TASK INSTRUCTIONS: From the line holding "v -18.503 -79.963 5" to the final line of the entries, set down each line exactly, including both, and nothing more.

Stored data:
- - - -

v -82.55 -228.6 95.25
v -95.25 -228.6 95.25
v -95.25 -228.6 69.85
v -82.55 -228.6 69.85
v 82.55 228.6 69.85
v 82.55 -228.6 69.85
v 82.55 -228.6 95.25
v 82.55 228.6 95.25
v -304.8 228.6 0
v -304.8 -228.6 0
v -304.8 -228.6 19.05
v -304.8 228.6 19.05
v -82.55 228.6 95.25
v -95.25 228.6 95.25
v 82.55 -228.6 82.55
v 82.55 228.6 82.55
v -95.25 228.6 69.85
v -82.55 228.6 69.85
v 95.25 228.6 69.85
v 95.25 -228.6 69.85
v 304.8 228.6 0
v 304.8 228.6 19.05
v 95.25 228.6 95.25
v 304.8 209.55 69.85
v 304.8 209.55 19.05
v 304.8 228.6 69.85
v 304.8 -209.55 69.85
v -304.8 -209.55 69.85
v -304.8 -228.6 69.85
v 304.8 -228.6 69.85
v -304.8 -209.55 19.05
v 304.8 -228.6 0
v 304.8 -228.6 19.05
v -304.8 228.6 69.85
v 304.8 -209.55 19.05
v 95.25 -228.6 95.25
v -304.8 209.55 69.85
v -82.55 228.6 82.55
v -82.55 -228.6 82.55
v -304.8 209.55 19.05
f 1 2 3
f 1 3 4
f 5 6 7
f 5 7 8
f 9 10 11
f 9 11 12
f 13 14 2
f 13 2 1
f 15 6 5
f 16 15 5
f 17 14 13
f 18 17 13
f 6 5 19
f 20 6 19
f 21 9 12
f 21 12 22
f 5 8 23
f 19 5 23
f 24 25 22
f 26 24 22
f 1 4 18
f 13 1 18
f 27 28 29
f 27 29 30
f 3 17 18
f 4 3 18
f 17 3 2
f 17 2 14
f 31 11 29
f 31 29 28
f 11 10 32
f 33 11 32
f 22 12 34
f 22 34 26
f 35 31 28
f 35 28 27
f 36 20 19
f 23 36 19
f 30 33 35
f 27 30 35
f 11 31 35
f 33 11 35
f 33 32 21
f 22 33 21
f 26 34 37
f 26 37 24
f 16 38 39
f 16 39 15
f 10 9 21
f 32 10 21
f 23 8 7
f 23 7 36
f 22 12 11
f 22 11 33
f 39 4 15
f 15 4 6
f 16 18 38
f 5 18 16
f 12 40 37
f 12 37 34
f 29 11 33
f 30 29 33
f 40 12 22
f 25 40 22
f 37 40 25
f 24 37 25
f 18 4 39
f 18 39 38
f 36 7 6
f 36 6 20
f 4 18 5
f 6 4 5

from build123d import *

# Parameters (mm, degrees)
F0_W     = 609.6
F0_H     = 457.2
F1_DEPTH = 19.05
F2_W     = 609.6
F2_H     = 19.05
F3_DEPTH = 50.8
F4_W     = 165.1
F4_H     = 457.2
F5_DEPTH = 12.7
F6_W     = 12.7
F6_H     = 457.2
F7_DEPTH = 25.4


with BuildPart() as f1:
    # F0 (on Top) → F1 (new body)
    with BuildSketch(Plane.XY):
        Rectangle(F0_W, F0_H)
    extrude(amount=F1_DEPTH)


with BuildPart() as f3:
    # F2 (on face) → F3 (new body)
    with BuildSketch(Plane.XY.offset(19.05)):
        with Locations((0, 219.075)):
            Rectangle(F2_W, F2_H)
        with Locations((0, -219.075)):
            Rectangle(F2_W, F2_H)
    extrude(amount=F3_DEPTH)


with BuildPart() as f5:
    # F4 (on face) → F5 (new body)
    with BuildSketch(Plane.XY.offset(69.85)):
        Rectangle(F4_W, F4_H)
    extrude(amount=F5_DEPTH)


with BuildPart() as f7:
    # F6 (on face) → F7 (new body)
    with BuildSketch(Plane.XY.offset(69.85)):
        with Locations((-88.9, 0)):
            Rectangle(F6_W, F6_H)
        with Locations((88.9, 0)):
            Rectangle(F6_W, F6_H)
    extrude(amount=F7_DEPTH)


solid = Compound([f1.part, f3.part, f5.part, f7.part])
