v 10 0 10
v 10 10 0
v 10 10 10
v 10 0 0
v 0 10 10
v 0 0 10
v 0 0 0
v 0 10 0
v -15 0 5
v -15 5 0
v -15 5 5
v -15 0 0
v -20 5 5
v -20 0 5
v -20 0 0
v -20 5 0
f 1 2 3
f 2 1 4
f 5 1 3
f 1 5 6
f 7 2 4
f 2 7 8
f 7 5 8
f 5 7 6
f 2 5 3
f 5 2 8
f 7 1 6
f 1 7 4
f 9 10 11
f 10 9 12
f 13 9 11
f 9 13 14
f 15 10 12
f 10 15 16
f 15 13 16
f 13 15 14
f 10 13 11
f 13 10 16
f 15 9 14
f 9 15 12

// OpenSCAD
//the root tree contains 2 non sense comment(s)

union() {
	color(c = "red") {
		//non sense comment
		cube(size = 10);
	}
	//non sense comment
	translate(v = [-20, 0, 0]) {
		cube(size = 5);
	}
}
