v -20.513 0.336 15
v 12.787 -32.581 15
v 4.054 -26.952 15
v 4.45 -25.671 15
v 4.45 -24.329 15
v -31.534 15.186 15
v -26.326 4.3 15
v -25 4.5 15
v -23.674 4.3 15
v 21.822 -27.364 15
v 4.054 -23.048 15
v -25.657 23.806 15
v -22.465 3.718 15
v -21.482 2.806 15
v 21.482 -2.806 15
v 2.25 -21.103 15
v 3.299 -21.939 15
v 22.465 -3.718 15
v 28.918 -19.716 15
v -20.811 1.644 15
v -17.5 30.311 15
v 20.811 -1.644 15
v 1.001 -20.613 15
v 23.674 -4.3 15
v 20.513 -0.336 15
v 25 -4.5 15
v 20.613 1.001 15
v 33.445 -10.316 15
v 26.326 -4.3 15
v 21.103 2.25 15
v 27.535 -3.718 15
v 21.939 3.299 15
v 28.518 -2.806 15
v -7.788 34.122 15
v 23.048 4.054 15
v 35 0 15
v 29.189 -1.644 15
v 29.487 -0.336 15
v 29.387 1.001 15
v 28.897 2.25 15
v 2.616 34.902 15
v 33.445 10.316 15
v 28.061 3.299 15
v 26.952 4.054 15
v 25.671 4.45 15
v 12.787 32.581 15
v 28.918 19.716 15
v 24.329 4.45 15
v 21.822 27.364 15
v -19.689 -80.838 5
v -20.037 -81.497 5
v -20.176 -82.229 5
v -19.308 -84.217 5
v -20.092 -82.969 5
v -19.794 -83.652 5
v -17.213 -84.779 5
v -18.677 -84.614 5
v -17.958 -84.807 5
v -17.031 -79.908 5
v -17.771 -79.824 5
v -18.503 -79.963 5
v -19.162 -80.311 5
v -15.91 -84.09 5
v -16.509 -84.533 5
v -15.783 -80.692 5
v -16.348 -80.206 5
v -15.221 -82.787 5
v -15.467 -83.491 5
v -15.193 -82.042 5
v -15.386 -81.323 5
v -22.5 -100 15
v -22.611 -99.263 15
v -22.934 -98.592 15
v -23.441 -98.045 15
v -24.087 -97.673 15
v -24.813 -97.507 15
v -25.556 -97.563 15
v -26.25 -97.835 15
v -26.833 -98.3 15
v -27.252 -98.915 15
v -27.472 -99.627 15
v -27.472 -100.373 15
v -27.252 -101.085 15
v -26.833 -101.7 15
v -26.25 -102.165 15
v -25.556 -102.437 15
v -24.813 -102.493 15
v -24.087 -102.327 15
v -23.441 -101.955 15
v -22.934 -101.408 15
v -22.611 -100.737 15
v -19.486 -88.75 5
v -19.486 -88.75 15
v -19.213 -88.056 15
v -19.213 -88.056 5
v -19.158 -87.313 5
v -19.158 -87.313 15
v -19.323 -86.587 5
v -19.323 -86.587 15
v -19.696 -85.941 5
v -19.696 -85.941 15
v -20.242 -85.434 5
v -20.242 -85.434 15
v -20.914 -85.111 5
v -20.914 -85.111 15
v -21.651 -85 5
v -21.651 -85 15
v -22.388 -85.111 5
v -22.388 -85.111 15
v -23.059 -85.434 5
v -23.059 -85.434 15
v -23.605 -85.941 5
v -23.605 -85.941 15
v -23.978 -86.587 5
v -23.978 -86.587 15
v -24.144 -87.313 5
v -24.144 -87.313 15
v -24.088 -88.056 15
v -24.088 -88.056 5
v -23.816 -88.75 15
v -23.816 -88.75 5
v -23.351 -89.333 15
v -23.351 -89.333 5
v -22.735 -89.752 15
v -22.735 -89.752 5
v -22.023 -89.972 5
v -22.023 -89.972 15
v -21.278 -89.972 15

- - - -

REPLY TO THE TASK:
v -18.503 -79.963 5
v -19.162 -80.311 5
v -15.91 -84.09 5
v -16.509 -84.533 5
v -15.783 -80.692 5
v -16.348 -80.206 5
v -15.221 -82.787 5
v -15.467 -83.491 5
v -15.193 -82.042 5
v -15.386 -81.323 5
v -22.5 -100 15
v -22.611 -99.263 15
v -22.934 -98.592 15
v -23.441 -98.045 15
v -24.087 -97.673 15
v -24.813 -97.507 15
v -25.556 -97.563 15
v -26.25 -97.835 15
v -26.833 -98.3 15
v -27.252 -98.915 15
v -27.472 -99.627 15
v -27.472 -100.373 15
v -27.252 -101.085 15
v -26.833 -101.7 15
v -26.25 -102.165 15
v -25.556 -102.437 15
v -24.813 -102.493 15
v -24.087 -102.327 15
v -23.441 -101.955 15
v -22.934 -101.408 15
v -22.611 -100.737 15
v -19.486 -88.75 5
v -19.486 -88.75 15
v -19.213 -88.056 15
v -19.213 -88.056 5
v -19.158 -87.313 5
v -19.158 -87.313 15
v -19.323 -86.587 5
v -19.323 -86.587 15
v -19.696 -85.941 5
v -19.696 -85.941 15
v -20.242 -85.434 5
v -20.242 -85.434 15
v -20.914 -85.111 5
v -20.914 -85.111 15
v -21.651 -85 5
v -21.651 -85 15
v -22.388 -85.111 5
v -22.388 -85.111 15
v -23.059 -85.434 5
v -23.059 -85.434 15
v -23.605 -85.941 5
v -23.605 -85.941 15
v -23.978 -86.587 5
v -23.978 -86.587 15
v -24.144 -87.313 5
v -24.144 -87.313 15
v -24.088 -88.056 15
v -24.088 -88.056 5
v -23.816 -88.75 15
v -23.816 -88.75 5
v -23.351 -89.333 15
v -23.351 -89.333 5
v -22.735 -89.752 15
v -22.735 -89.752 5
v -22.023 -89.972 5
v -22.023 -89.972 15
v -21.278 -89.972 15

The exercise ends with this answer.